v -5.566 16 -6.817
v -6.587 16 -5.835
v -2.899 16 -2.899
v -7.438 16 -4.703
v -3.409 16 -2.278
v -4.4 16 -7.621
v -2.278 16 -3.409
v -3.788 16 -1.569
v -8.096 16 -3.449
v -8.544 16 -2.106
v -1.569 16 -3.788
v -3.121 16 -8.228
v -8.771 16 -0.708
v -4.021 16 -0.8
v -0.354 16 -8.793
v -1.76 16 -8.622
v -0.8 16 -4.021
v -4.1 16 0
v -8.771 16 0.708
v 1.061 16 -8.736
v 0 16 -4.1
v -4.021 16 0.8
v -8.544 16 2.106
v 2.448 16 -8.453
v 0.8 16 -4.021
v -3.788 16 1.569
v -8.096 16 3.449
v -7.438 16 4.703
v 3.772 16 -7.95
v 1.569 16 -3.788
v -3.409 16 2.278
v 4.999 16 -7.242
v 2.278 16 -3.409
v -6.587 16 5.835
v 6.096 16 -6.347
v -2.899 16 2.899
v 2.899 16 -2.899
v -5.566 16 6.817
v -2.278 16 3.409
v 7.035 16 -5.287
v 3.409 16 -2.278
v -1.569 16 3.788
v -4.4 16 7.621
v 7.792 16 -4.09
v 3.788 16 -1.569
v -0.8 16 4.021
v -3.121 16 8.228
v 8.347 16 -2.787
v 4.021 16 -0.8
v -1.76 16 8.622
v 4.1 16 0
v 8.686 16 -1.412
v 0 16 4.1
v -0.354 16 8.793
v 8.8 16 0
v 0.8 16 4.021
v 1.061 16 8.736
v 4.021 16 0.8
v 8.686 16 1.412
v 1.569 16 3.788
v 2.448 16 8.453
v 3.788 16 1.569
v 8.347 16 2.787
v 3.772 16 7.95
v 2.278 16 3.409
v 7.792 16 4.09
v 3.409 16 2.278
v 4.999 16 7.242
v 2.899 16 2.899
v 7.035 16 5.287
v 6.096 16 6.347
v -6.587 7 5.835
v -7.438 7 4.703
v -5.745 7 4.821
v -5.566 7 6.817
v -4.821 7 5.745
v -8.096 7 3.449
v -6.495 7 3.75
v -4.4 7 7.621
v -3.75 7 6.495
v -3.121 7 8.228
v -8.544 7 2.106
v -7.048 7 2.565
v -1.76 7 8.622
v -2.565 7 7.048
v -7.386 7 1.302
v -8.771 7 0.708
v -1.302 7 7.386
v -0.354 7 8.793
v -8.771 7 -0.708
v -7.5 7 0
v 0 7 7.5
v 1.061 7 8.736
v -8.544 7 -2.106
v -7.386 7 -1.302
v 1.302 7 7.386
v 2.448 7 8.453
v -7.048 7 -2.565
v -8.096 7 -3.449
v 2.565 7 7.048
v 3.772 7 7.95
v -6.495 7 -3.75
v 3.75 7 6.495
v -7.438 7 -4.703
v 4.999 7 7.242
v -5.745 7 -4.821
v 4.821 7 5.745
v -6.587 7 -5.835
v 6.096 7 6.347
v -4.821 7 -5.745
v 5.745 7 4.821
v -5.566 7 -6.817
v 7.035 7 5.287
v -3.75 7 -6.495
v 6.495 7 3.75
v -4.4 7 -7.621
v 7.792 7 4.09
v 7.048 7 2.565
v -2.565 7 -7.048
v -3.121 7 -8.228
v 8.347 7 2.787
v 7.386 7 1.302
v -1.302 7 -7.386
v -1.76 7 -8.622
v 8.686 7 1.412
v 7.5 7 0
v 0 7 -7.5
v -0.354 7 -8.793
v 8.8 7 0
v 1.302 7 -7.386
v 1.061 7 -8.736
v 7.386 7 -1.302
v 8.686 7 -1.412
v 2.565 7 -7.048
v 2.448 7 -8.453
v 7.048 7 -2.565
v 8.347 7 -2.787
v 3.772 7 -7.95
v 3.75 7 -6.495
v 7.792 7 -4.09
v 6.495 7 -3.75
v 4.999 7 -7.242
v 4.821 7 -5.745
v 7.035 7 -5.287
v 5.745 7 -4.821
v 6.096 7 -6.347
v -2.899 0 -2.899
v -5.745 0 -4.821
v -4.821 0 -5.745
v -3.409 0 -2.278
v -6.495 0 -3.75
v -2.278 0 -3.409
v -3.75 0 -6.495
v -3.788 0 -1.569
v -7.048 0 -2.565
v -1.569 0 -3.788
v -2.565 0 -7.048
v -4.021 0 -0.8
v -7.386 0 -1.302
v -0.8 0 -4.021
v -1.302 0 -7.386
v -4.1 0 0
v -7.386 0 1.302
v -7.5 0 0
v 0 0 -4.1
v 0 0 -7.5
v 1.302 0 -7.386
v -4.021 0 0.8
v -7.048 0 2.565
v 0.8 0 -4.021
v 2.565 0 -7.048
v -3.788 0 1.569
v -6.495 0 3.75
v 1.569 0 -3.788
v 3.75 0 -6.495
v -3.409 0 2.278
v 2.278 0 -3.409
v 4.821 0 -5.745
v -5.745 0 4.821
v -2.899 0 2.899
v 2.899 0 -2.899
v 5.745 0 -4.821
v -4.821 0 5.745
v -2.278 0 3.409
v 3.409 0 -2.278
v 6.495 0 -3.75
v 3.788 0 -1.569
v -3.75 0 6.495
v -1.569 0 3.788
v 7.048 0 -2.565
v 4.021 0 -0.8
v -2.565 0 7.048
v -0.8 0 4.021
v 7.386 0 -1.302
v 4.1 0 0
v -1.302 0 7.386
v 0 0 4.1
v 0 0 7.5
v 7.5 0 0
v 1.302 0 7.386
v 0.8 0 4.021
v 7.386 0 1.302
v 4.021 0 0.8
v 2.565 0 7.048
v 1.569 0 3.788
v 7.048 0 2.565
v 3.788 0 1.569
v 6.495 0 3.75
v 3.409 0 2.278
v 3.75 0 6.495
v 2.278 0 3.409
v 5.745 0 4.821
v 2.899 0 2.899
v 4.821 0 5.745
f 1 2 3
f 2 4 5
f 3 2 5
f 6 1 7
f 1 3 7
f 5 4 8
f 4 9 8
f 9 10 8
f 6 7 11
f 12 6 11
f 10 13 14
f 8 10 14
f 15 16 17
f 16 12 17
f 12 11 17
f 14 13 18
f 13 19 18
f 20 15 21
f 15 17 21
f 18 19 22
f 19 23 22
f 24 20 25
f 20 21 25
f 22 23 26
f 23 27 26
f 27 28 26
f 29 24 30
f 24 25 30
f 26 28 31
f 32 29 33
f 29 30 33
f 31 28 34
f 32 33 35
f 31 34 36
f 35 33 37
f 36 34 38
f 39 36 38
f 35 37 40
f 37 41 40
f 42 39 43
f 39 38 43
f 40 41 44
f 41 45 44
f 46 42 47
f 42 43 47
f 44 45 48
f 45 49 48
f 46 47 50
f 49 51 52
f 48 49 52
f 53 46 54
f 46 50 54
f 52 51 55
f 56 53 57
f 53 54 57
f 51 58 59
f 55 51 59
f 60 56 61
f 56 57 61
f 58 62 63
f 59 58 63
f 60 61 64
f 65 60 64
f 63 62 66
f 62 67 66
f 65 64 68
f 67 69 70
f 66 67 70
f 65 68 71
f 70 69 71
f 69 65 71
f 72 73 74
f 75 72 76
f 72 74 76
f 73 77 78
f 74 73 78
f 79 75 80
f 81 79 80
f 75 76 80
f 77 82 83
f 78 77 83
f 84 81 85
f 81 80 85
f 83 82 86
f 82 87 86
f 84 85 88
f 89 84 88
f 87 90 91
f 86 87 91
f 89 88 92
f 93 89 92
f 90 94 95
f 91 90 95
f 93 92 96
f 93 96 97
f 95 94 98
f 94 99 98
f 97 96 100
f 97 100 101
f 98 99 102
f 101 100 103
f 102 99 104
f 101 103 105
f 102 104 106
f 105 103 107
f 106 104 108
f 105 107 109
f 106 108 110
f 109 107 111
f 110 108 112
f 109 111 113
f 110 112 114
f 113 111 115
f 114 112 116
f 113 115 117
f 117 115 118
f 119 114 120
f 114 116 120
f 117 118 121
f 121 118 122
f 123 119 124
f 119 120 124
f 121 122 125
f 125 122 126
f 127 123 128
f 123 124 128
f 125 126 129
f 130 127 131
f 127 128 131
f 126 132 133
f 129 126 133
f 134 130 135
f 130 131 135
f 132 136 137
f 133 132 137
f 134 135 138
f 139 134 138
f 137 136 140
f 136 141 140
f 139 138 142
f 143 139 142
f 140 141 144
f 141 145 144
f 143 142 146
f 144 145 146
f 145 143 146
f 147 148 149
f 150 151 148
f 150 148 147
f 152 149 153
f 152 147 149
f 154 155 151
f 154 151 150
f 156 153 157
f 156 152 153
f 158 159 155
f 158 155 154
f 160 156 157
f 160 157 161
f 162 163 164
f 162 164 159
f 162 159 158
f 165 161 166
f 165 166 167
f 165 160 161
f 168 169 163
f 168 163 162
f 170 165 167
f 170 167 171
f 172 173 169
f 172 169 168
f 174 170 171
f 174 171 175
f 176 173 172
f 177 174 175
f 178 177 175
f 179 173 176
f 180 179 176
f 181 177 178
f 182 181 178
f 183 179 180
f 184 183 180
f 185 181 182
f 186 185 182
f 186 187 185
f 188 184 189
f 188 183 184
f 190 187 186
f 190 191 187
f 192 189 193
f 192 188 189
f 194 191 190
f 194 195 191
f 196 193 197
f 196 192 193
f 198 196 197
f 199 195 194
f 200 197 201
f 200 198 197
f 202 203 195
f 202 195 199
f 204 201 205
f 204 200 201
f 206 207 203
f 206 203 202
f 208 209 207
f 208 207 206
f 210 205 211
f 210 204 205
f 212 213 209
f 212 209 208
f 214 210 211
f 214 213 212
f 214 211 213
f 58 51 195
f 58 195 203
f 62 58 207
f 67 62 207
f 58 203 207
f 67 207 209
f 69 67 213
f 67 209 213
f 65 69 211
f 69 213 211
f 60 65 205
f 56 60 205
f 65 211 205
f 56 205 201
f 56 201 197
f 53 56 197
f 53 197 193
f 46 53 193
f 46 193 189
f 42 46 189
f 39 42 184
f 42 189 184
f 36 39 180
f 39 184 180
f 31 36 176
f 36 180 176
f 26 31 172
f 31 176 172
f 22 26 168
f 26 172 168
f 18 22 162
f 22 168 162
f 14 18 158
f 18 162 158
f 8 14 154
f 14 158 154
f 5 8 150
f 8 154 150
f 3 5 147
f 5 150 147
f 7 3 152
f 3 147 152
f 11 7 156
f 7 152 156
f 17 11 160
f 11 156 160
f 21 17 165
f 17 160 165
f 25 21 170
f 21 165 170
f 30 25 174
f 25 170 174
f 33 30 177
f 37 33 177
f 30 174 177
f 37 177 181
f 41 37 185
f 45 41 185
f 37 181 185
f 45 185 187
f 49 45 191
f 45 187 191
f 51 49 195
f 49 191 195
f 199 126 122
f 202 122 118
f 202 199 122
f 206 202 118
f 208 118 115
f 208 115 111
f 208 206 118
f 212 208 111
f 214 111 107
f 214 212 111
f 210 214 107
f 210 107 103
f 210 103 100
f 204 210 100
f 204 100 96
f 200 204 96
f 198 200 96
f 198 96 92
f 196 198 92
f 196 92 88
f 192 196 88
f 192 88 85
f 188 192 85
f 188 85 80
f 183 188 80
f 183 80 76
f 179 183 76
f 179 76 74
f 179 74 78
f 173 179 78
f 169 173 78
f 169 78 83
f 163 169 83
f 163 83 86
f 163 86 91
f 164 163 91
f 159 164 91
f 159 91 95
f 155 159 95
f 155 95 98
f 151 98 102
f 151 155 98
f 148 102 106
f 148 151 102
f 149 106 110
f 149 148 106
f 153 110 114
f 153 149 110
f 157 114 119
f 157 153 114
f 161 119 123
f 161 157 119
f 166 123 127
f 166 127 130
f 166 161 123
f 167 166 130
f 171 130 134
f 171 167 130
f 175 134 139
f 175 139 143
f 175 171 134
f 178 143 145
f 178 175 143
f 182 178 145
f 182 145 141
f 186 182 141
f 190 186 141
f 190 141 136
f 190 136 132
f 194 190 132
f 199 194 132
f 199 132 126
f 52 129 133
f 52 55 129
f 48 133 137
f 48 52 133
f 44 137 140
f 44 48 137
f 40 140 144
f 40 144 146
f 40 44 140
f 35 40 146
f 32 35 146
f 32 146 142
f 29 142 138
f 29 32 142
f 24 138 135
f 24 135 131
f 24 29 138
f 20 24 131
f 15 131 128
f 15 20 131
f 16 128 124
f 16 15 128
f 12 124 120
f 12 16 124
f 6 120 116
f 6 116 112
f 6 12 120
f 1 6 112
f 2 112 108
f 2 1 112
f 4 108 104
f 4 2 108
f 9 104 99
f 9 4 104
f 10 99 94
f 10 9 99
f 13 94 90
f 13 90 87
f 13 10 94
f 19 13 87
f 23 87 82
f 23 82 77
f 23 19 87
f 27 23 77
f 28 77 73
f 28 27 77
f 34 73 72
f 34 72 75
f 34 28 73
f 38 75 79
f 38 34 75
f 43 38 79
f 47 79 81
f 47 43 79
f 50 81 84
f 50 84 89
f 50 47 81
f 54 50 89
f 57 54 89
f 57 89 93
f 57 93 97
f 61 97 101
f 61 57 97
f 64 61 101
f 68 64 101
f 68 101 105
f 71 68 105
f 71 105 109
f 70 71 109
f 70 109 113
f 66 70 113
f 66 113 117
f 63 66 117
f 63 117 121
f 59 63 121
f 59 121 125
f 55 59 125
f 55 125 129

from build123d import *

# Parameters (mm, degrees)
SKETCH1_R           = 7.3
SKETCH1_R_2         = 2.4
BOSS_EXTRUDE1_DEPTH = 10
SKETCH2_R           = 8.8
SKETCH2_R_2         = 7.3
BOSS_EXTRUDE2_DEPTH = 3
SKETCH3_R           = 8.8
SKETCH3_R_2         = 2.4
BOSS_EXTRUDE3_DEPTH = 6
SKETCH4_R           = 4.2
SKETCH4_R_2         = 2.4
CUT_EXTRUDE1_DEPTH  = 43
BOSS_EXTRUDE4_REACH = 18
SKETCH5_R           = 7.5
SKETCH5_R_2         = 7.3
SKETCH6_R           = 4.2
SKETCH6_R_2         = 4.1
BOSS_EXTRUDE5_DEPTH = 16


with BuildPart() as part:
    # Sketch1 → Boss-Extrude1 (new body)
    with BuildSketch(Plane(origin=(0, 0, 0), x_dir=(1, 0, 0), z_dir=(0, 1, 0))):
        Circle(SKETCH1_R)
        Circle(SKETCH1_R_2, mode=Mode.SUBTRACT)
    extrude(amount=BOSS_EXTRUDE1_DEPTH)

    # Sketch2 → Boss-Extrude2 (add)
    with BuildSketch(Plane(origin=(0, 10, 0), x_dir=(1, 0, 0), z_dir=(0, 1, 0))):
        Circle(SKETCH2_R)
        Circle(SKETCH2_R_2, mode=Mode.SUBTRACT)
    extrude(amount=-BOSS_EXTRUDE2_DEPTH)

    # Sketch3 → Boss-Extrude3 (add)
    with BuildSketch(Plane(origin=(0, 10, 0), x_dir=(1, 0, 0), z_dir=(0, 1, 0))):
        Circle(SKETCH3_R)
        Circle(SKETCH3_R_2, mode=Mode.SUBTRACT)
    extrude(amount=BOSS_EXTRUDE3_DEPTH)

    # Sketch4 → Cut-Extrude1 (cut)
    with BuildSketch(Plane(origin=(0, 16, 0), x_dir=(1, 0, 0), z_dir=(0, 1, 0))):
        Circle(SKETCH4_R)
        Circle(SKETCH4_R_2, mode=Mode.SUBTRACT)
    extrude(amount=-CUT_EXTRUDE1_DEPTH, mode=Mode.SUBTRACT)

    # Sketch5 → Boss-Extrude4 (add, up to next)
    with BuildSketch(Plane.XZ, mode=Mode.PRIVATE) as boss_extrude4_sk1:
        Circle(SKETCH5_R)
        Circle(SKETCH5_R_2, mode=Mode.SUBTRACT)
    boss_extrude4_tool1 = extrude(boss_extrude4_sk1.sketch, amount=-BOSS_EXTRUDE4_REACH, mode=Mode.PRIVATE) - part.part
    add(boss_extrude4_tool1.solids().sort_by_distance((-7.478787, 0, 0))[0])

    # Sketch6 → Boss-Extrude5 (add)
    with BuildSketch(Plane.XZ):
        Circle(SKETCH6_R)
        Circle(SKETCH6_R_2, mode=Mode.SUBTRACT)
    extrude(amount=-BOSS_EXTRUDE5_DEPTH)


solid = part.part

● **WHAT THE TASK REQUIRES**:
Up to and including the line that holds "v -8.544 7 -2.106", reproduce the records above exactly from their first line, and give nothing else.

● **TASK SOLUTION**:
v -5.566 16 -6.817
v -6.587 16 -5.835
v -2.899 16 -2.899
v -7.438 16 -4.703
v -3.409 16 -2.278
v -4.4 16 -7.621
v -2.278 16 -3.409
v -3.788 16 -1.569
v -8.096 16 -3.449
v -8.544 16 -2.106
v -1.569 16 -3.788
v -3.121 16 -8.228
v -8.771 16 -0.708
v -4.021 16 -0.8
v -0.354 16 -8.793
v -1.76 16 -8.622
v -0.8 16 -4.021
v -4.1 16 0
v -8.771 16 0.708
v 1.061 16 -8.736
v 0 16 -4.1
v -4.021 16 0.8
v -8.544 16 2.106
v 2.448 16 -8.453
v 0.8 16 -4.021
v -3.788 16 1.569
v -8.096 16 3.449
v -7.438 16 4.703
v 3.772 16 -7.95
v 1.569 16 -3.788
v -3.409 16 2.278
v 4.999 16 -7.242
v 2.278 16 -3.409
v -6.587 16 5.835
v 6.096 16 -6.347
v -2.899 16 2.899
v 2.899 16 -2.899
v -5.566 16 6.817
v -2.278 16 3.409
v 7.035 16 -5.287
v 3.409 16 -2.278
v -1.569 16 3.788
v -4.4 16 7.621
v 7.792 16 -4.09
v 3.788 16 -1.569
v -0.8 16 4.021
v -3.121 16 8.228
v 8.347 16 -2.787
v 4.021 16 -0.8
v -1.76 16 8.622
v 4.1 16 0
v 8.686 16 -1.412
v 0 16 4.1
v -0.354 16 8.793
v 8.8 16 0
v 0.8 16 4.021
v 1.061 16 8.736
v 4.021 16 0.8
v 8.686 16 1.412
v 1.569 16 3.788
v 2.448 16 8.453
v 3.788 16 1.569
v 8.347 16 2.787
v 3.772 16 7.95
v 2.278 16 3.409
v 7.792 16 4.09
v 3.409 16 2.278
v 4.999 16 7.242
v 2.899 16 2.899
v 7.035 16 5.287
v 6.096 16 6.347
v -6.587 7 5.835
v -7.438 7 4.703
v -5.745 7 4.821
v -5.566 7 6.817
v -4.821 7 5.745
v -8.096 7 3.449
v -6.495 7 3.75
v -4.4 7 7.621
v -3.75 7 6.495
v -3.121 7 8.228
v -8.544 7 2.106
v -7.048 7 2.565
v -1.76 7 8.622
v -2.565 7 7.048
v -7.386 7 1.302
v -8.771 7 0.708
v -1.302 7 7.386
v -0.354 7 8.793
v -8.771 7 -0.708
v -7.5 7 0
v 0 7 7.5
v 1.061 7 8.736
v -8.544 7 -2.106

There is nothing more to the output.